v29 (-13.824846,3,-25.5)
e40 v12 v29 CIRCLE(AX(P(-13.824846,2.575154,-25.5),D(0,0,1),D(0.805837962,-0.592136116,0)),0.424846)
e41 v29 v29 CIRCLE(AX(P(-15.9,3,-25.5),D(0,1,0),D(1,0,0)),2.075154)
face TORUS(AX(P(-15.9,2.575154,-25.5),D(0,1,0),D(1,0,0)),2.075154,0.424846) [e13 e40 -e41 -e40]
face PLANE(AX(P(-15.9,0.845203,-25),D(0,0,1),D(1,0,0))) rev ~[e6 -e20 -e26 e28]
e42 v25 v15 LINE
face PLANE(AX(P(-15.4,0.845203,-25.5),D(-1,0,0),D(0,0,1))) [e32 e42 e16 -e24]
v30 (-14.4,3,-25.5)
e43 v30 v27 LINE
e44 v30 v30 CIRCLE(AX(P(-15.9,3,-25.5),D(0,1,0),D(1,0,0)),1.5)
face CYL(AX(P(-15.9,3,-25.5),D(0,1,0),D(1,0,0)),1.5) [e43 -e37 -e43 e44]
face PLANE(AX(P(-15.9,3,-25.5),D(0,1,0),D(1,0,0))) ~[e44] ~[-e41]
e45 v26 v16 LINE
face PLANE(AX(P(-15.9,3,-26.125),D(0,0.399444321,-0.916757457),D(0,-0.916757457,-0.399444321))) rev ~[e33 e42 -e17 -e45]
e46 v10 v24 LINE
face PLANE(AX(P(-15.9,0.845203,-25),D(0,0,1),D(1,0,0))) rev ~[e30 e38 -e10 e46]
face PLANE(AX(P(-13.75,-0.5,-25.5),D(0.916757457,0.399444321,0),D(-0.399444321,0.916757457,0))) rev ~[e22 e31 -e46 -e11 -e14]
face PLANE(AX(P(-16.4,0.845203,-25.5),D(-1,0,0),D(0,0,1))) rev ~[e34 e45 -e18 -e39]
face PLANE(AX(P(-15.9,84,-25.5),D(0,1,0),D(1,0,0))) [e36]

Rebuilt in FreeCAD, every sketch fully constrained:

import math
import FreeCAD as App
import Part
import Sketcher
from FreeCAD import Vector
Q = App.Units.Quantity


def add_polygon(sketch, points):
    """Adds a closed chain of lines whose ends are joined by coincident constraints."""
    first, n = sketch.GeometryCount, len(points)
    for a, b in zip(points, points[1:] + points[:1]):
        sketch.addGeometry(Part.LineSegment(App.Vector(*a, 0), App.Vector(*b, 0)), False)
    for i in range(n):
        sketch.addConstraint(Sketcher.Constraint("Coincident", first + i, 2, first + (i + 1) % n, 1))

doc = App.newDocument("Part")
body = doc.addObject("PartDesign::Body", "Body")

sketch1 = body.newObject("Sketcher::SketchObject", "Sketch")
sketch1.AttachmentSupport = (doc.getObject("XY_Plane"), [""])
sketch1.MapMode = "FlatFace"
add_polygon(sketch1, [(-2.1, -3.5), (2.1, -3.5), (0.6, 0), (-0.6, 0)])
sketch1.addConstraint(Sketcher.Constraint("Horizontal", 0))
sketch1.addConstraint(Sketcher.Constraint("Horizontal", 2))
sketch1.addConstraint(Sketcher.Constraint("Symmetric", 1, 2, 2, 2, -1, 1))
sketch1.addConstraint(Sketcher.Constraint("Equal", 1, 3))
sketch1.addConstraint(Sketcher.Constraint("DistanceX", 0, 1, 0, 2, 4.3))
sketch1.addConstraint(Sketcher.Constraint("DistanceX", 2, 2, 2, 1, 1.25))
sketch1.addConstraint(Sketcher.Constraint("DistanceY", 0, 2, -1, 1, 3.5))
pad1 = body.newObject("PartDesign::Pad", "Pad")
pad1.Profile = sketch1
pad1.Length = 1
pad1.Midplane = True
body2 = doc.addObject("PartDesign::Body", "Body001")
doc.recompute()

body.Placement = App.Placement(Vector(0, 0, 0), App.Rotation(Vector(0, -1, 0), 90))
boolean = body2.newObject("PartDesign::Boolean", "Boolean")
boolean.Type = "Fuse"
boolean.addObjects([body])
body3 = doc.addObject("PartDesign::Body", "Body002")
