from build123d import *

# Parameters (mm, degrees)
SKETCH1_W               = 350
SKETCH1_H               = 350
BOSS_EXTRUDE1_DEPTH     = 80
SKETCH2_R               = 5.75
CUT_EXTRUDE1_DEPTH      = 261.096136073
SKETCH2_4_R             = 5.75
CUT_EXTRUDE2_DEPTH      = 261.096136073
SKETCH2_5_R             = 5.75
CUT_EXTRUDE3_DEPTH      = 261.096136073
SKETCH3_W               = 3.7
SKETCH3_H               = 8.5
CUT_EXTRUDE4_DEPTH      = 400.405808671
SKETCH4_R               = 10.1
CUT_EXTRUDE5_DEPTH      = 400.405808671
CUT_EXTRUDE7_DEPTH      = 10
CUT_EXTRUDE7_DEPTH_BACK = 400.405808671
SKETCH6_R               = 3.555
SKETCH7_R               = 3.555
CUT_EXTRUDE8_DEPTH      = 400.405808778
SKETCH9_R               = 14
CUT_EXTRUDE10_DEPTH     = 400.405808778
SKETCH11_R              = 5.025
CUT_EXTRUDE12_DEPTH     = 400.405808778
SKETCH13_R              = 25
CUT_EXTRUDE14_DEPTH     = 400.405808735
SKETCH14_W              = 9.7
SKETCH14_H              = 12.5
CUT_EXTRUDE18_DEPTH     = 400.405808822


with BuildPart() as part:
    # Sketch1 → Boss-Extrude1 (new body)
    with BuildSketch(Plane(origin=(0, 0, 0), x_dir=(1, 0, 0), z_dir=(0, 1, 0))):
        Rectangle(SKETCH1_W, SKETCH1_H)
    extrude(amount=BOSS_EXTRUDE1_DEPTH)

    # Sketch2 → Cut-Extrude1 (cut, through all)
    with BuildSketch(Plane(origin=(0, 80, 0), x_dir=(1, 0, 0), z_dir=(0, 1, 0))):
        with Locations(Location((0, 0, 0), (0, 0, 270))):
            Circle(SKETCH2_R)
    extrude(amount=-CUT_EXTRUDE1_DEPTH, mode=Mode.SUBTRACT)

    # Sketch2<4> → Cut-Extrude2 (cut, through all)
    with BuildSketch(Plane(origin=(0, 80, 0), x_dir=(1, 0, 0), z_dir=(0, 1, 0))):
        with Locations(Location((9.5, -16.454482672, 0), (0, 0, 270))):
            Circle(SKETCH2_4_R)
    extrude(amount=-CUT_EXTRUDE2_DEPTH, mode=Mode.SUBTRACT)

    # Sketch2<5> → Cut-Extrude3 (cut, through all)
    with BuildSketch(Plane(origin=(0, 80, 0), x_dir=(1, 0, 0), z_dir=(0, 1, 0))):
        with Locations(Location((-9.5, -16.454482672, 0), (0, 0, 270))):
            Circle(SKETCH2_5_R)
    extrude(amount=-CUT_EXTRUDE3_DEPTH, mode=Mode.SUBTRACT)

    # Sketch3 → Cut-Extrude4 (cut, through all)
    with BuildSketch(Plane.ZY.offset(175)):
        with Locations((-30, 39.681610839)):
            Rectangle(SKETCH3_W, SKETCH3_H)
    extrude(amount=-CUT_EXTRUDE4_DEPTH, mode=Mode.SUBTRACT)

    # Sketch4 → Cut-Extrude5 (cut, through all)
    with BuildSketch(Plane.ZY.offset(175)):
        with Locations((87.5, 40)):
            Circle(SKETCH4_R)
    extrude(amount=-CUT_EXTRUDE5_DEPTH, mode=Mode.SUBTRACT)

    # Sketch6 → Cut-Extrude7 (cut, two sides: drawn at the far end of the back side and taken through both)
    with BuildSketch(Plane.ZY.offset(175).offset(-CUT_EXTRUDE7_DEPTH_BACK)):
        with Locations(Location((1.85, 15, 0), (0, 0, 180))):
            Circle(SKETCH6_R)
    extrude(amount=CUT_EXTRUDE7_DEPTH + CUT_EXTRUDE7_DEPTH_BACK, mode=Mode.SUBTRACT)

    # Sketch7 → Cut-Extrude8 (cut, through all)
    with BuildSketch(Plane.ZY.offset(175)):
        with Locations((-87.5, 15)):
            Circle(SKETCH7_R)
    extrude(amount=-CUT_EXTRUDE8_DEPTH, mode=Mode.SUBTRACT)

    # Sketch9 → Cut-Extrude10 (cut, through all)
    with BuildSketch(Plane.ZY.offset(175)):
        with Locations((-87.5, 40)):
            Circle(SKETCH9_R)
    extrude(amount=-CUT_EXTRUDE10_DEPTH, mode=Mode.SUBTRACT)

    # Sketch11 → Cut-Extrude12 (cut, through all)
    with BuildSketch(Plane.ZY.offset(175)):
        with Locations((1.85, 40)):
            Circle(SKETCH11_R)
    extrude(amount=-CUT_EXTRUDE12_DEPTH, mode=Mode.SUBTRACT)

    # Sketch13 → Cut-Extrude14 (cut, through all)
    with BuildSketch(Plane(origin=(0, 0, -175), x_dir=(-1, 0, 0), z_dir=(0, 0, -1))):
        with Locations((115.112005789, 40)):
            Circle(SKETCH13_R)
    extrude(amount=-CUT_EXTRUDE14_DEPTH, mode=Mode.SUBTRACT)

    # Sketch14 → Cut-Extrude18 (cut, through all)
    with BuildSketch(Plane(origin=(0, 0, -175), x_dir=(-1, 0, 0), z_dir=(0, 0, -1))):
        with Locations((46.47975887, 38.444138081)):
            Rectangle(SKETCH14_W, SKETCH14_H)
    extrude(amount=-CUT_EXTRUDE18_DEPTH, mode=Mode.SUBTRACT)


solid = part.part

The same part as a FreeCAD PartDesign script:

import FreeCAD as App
import Part
import Sketcher
from FreeCAD import Vector


def add_polygon(sketch, points):
    """Adds a closed chain of lines whose ends are joined by coincident constraints."""
    first, n = sketch.GeometryCount, len(points)
    for a, b in zip(points, points[1:] + points[:1]):
        sketch.addGeometry(Part.LineSegment(App.Vector(*a, 0), App.Vector(*b, 0)), False)
    for i in range(n):
        sketch.addConstraint(Sketcher.Constraint("Coincident", first + i, 2, first + (i + 1) % n, 1))

doc = App.newDocument("Part")
body = doc.addObject("PartDesign::Body", "Body")

# Sketch on XZ plane
sketch1 = body.newObject("Sketcher::SketchObject", "Sketch")
sketch1.AttachmentSupport = (doc.getObject("XZ_Plane"), [""])
sketch1.MapMode = "FlatFace"
add_polygon(sketch1, [(-175, -175), (-175, 175), (175, 175), (175, -175)])  # lines 0-3
sketch1.addConstraint([
    Sketcher.Constraint("Vertical", 0),
    Sketcher.Constraint("Horizontal", 1),
    Sketcher.Constraint("Vertical", 2),
    Sketcher.Constraint("Horizontal", 3),
    Sketcher.Constraint("Symmetric", 0, 2, 2, 2, -1, 1),
    Sketcher.Constraint("Equal", 3, 0),
    Sketcher.Constraint("DistanceX", 1, 1, 1, 2, 350.0),
])
pad1 = body.newObject("PartDesign::Pad", "Pad")
pad1.Profile = sketch1
pad1.Length = 80
pad1.Reversed = True

# Sketch on XZ plane
sketch2 = body.newObject("Sketcher::SketchObject", "Sketch001")
sketch2.AttachmentSupport = (doc.getObject("XZ_Plane"), [""])
sketch2.MapMode = "FlatFace"
sketch2.AttachmentOffset = App.Placement(Vector(0, 0, -80), App.Rotation())
sketch2.addGeometry(Part.Circle(Vector(0, 0, 0), Vector(0, 0, 1), 5.75), False)
sketch2.addConstraint([
    Sketcher.Constraint("Coincident", 0, 3, -1, 1),
    Sketcher.Constraint("Diameter", 0, 11.5),
])
pocket1 = body.newObject("PartDesign::Pocket", "Pocket")
pocket1.Profile = sketch2
pocket1.Type = "ThroughAll"
pocket1.Reversed = True

# Sketch on XZ plane
sketch3 = body.newObject("Sketcher::SketchObject", "Sketch002")
sketch3.AttachmentSupport = (doc.getObject("XZ_Plane"), [""])
sketch3.MapMode = "FlatFace"
sketch3.AttachmentOffset = App.Placement(Vector(0, 0, -80), App.Rotation())
sketch3.addGeometry(Part.Circle(Vector(9.5, 16.454483, 0), Vector(0, 0, 1), 5.75), False)
sketch3.addConstraint([
    Sketcher.Constraint("Diameter", 0, 11.5),
    Sketcher.Constraint("DistanceX", -1, 1, 0, 3, 9.5),
    Sketcher.Constraint("DistanceY", -1, 1, 0, 3, 16.454483),
])
pocket2 = body.newObject("PartDesign::Pocket", "Pocket001")
pocket2.Profile = sketch3
pocket2.Type = "ThroughAll"
pocket2.Reversed = True

# Sketch on XZ plane
sketch4 = body.newObject("Sketcher::SketchObject", "Sketch003")
sketch4.AttachmentSupport = (doc.getObject("XZ_Plane"), [""])
sketch4.MapMode = "FlatFace"
sketch4.AttachmentOffset = App.Placement(Vector(0, 0, -80), App.Rotation())
sketch4.addGeometry(Part.Circle(Vector(-9.5, 16.454483, 0), Vector(0, 0, 1), 5.75), False)
sketch4.addConstraint([
    Sketcher.Constraint("Diameter", 0, 11.5),
    Sketcher.Constraint("DistanceX", 0, 3, -1, 1, 9.5),
    Sketcher.Constraint("DistanceY", -1, 1, 0, 3, 16.454483),
])
pocket3 = body.newObject("PartDesign::Pocket", "Pocket002")
pocket3.Profile = sketch4
pocket3.Type = "ThroughAll"
pocket3.Reversed = True

# Sketch on YZ plane
sketch5 = body.newObject("Sketcher::SketchObject", "Sketch004")
sketch5.AttachmentSupport = (doc.getObject("YZ_Plane"), [""])
sketch5.MapMode = "FlatFace"
sketch5.AttachmentOffset = App.Placement(Vector(0, 0, -175), App.Rotation())
add_polygon(sketch5, [(43.931611, -31.85), (35.431611, -31.85), (35.431611, -28.15), (43.931611, -28.15)])  # lines 0-3
sketch5.addConstraint([
    Sketcher.Constraint("Horizontal", 0),
    Sketcher.Constraint("Vertical", 1),
    Sketcher.Constraint("Horizontal", 2),
    Sketcher.Constraint("Vertical", 3),
    Sketcher.Constraint("DistanceX", 0, 2, 0, 1, 8.5),
    Sketcher.Constraint("DistanceY", 1, 1, 1, 2, 3.7),
    Sketcher.Constraint("DistanceY", 0, 2, -1, 1, 31.85),
    Sketcher.Constraint("DistanceX", -1, 1, 0, 2, 35.431611),
])
pocket4 = body.newObject("PartDesign::Pocket", "Pocket003")
pocket4.Profile = sketch5
pocket4.Type = "ThroughAll"
pocket4.Reversed = True

# Sketch on YZ plane
sketch6 = body.newObject("Sketcher::SketchObject", "Sketch005")
sketch6.AttachmentSupport = (doc.getObject("YZ_Plane"), [""])
sketch6.MapMode = "FlatFace"
sketch6.AttachmentOffset = App.Placement(Vector(0, 0, -175), App.Rotation())
sketch6.addGeometry(Part.Circle(Vector(40, 87.5, 0), Vector(0, 0, 1), 10.1), False)
sketch6.addConstraint([
    Sketcher.Constraint("Diameter", 0, 20.2),
    Sketcher.Constraint("DistanceX", -1, 1, 0, 3, 40.0),
    Sketcher.Constraint("DistanceY", -1, 1, 0, 3, 87.5),
])
pocket5 = body.newObject("PartDesign::Pocket", "Pocket004")
pocket5.Profile = sketch6
pocket5.Type = "ThroughAll"
pocket5.Reversed = True

# Sketch on YZ plane
sketch7 = body.newObject("Sketcher::SketchObject", "Sketch006")
sketch7.AttachmentSupport = (doc.getObject("YZ_Plane"), [""])
sketch7.MapMode = "FlatFace"
sketch7.AttachmentOffset = App.Placement(Vector(0, 0, -175), App.Rotation())
sketch7.addGeometry(Part.Circle(Vector(15, 1.85, 0), Vector(0, 0, 1), 3.555), False)
sketch7.addConstraint([
    Sketcher.Constraint("Diameter", 0, 7.11),
    Sketcher.Constraint("DistanceX", -1, 1, 0, 3, 15.0),
    Sketcher.Constraint("DistanceY", -1, 1, 0, 3, 1.85),
])
pocket6 = body.newObject("PartDesign::Pocket", "Pocket005")
pocket6.Profile = sketch7
pocket6.Type = "ThroughAll"
pocket6.Midplane = True

# Sketch on YZ plane
sketch8 = body.newObject("Sketcher::SketchObject", "Sketch007")
sketch8.AttachmentSupport = (doc.getObject("YZ_Plane"), [""])
sketch8.MapMode = "FlatFace"
sketch8.AttachmentOffset = App.Placement(Vector(0, 0, -175), App.Rotation())
sketch8.addGeometry(Part.Circle(Vector(15, -87.5, 0), Vector(0, 0, 1), 3.555), False)
sketch8.addConstraint([
    Sketcher.Constraint("Diameter", 0, 7.11),
    Sketcher.Constraint("DistanceX", -1, 1, 0, 3, 15.0),
    Sketcher.Constraint("DistanceY", 0, 3, -1, 1, 87.5),
])
pocket7 = body.newObject("PartDesign::Pocket", "Pocket006")
pocket7.Profile = sketch8
pocket7.Type = "ThroughAll"
pocket7.Reversed = True

# Sketch on YZ plane
sketch9 = body.newObject("Sketcher::SketchObject", "Sketch008")
sketch9.AttachmentSupport = (doc.getObject("YZ_Plane"), [""])
sketch9.MapMode = "FlatFace"
sketch9.AttachmentOffset = App.Placement(Vector(0, 0, -175), App.Rotation())
sketch9.addGeometry(Part.Circle(Vector(40, -87.5, 0), Vector(0, 0, 1), 14), False)
sketch9.addConstraint([
    Sketcher.Constraint("Diameter", 0, 28.0),
    Sketcher.Constraint("DistanceX", -1, 1, 0, 3, 40.0),
    Sketcher.Constraint("DistanceY", 0, 3, -1, 1, 87.5),
])
pocket8 = body.newObject("PartDesign::Pocket", "Pocket007")
pocket8.Profile = sketch9
pocket8.Type = "ThroughAll"
pocket8.Reversed = True

# Sketch on YZ plane
sketch10 = body.newObject("Sketcher::SketchObject", "Sketch009")
sketch10.AttachmentSupport = (doc.getObject("YZ_Plane"), [""])
sketch10.MapMode = "FlatFace"
sketch10.AttachmentOffset = App.Placement(Vector(0, 0, -175), App.Rotation())
sketch10.addGeometry(Part.Circle(Vector(40, 1.85, 0), Vector(0, 0, 1), 5.025), False)
sketch10.addConstraint([
    Sketcher.Constraint("Diameter", 0, 10.05),
    Sketcher.Constraint("DistanceX", -1, 1, 0, 3, 40.0),
    Sketcher.Constraint("DistanceY", -1, 1, 0, 3, 1.85),
])
pocket9 = body.newObject("PartDesign::Pocket", "Pocket008")
pocket9.Profile = sketch10
pocket9.Type = "ThroughAll"
pocket9.Reversed = True

# Sketch on XY plane
sketch11 = body.newObject("Sketcher::SketchObject", "Sketch010")
sketch11.AttachmentSupport = (doc.getObject("XY_Plane"), [""])
sketch11.MapMode = "FlatFace"
sketch11.AttachmentOffset = App.Placement(Vector(0, 0, -175), App.Rotation())
sketch11.addGeometry(Part.Circle(Vector(-115.112006, 40, 0), Vector(0, 0, 1), 25), False)
sketch11.addConstraint([
    Sketcher.Constraint("Diameter", 0, 50.0),
    Sketcher.Constraint("DistanceY", -1, 1, 0, 3, 40.0),
    Sketcher.Constraint("DistanceX", 0, 3, -1, 1, 115.112006),
])
pocket10 = body.newObject("PartDesign::Pocket", "Pocket009")
pocket10.Profile = sketch11
pocket10.Type = "ThroughAll"
pocket10.Reversed = True

# Sketch on XY plane
sketch12 = body.newObject("Sketcher::SketchObject", "Sketch011")
sketch12.AttachmentSupport = (doc.getObject("XY_Plane"), [""])
sketch12.MapMode = "FlatFace"
sketch12.AttachmentOffset = App.Placement(Vector(0, 0, -175), App.Rotation())
add_polygon(sketch12, [(-41.629759, 44.694138), (-41.629759, 32.194138), (-51.329759, 32.194138), (-51.329759, 44.694138)])  # lines 0-3
sketch12.addConstraint([
    Sketcher.Constraint("Vertical", 0),
    Sketcher.Constraint("Horizontal", 1),
    Sketcher.Constraint("Vertical", 2),
    Sketcher.Constraint("Horizontal", 3),
    Sketcher.Constraint("DistanceX", 1, 2, 1, 1, 9.7),
    Sketcher.Constraint("DistanceY", 0, 2, 0, 1, 12.5),
    Sketcher.Constraint("DistanceX", 0, 2, -1, 1, 41.629759),
    Sketcher.Constraint("DistanceY", -1, 1, 0, 2, 32.194138),
])
pocket11 = body.newObject("PartDesign::Pocket", "Pocket010")
pocket11.Profile = sketch12
pocket11.Type = "ThroughAll"
pocket11.Reversed = True

doc.recompute()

■ TO DO: Above are the records. Print exactly, and only, the lines from the line with "with BuildPart() as" to the line with "Circle(SKETCH2_4_R)", both inclusive.

■ TASK ANSWER:
with BuildPart() as part:
    # Sketch1 → Boss-Extrude1 (new body)
    with BuildSketch(Plane(origin=(0, 0, 0), x_dir=(1, 0, 0), z_dir=(0, 1, 0))):
        Rectangle(SKETCH1_W, SKETCH1_H)
    extrude(amount=BOSS_EXTRUDE1_DEPTH)

    # Sketch2 → Cut-Extrude1 (cut, through all)
    with BuildSketch(Plane(origin=(0, 80, 0), x_dir=(1, 0, 0), z_dir=(0, 1, 0))):
        with Locations(Location((0, 0, 0), (0, 0, 270))):
            Circle(SKETCH2_R)
    extrude(amount=-CUT_EXTRUDE1_DEPTH, mode=Mode.SUBTRACT)

    # Sketch2<4> → Cut-Extrude2 (cut, through all)
    with BuildSketch(Plane(origin=(0, 80, 0), x_dir=(1, 0, 0), z_dir=(0, 1, 0))):
        with Locations(Location((9.5, -16.454482672, 0), (0, 0, 270))):
            Circle(SKETCH2_4_R)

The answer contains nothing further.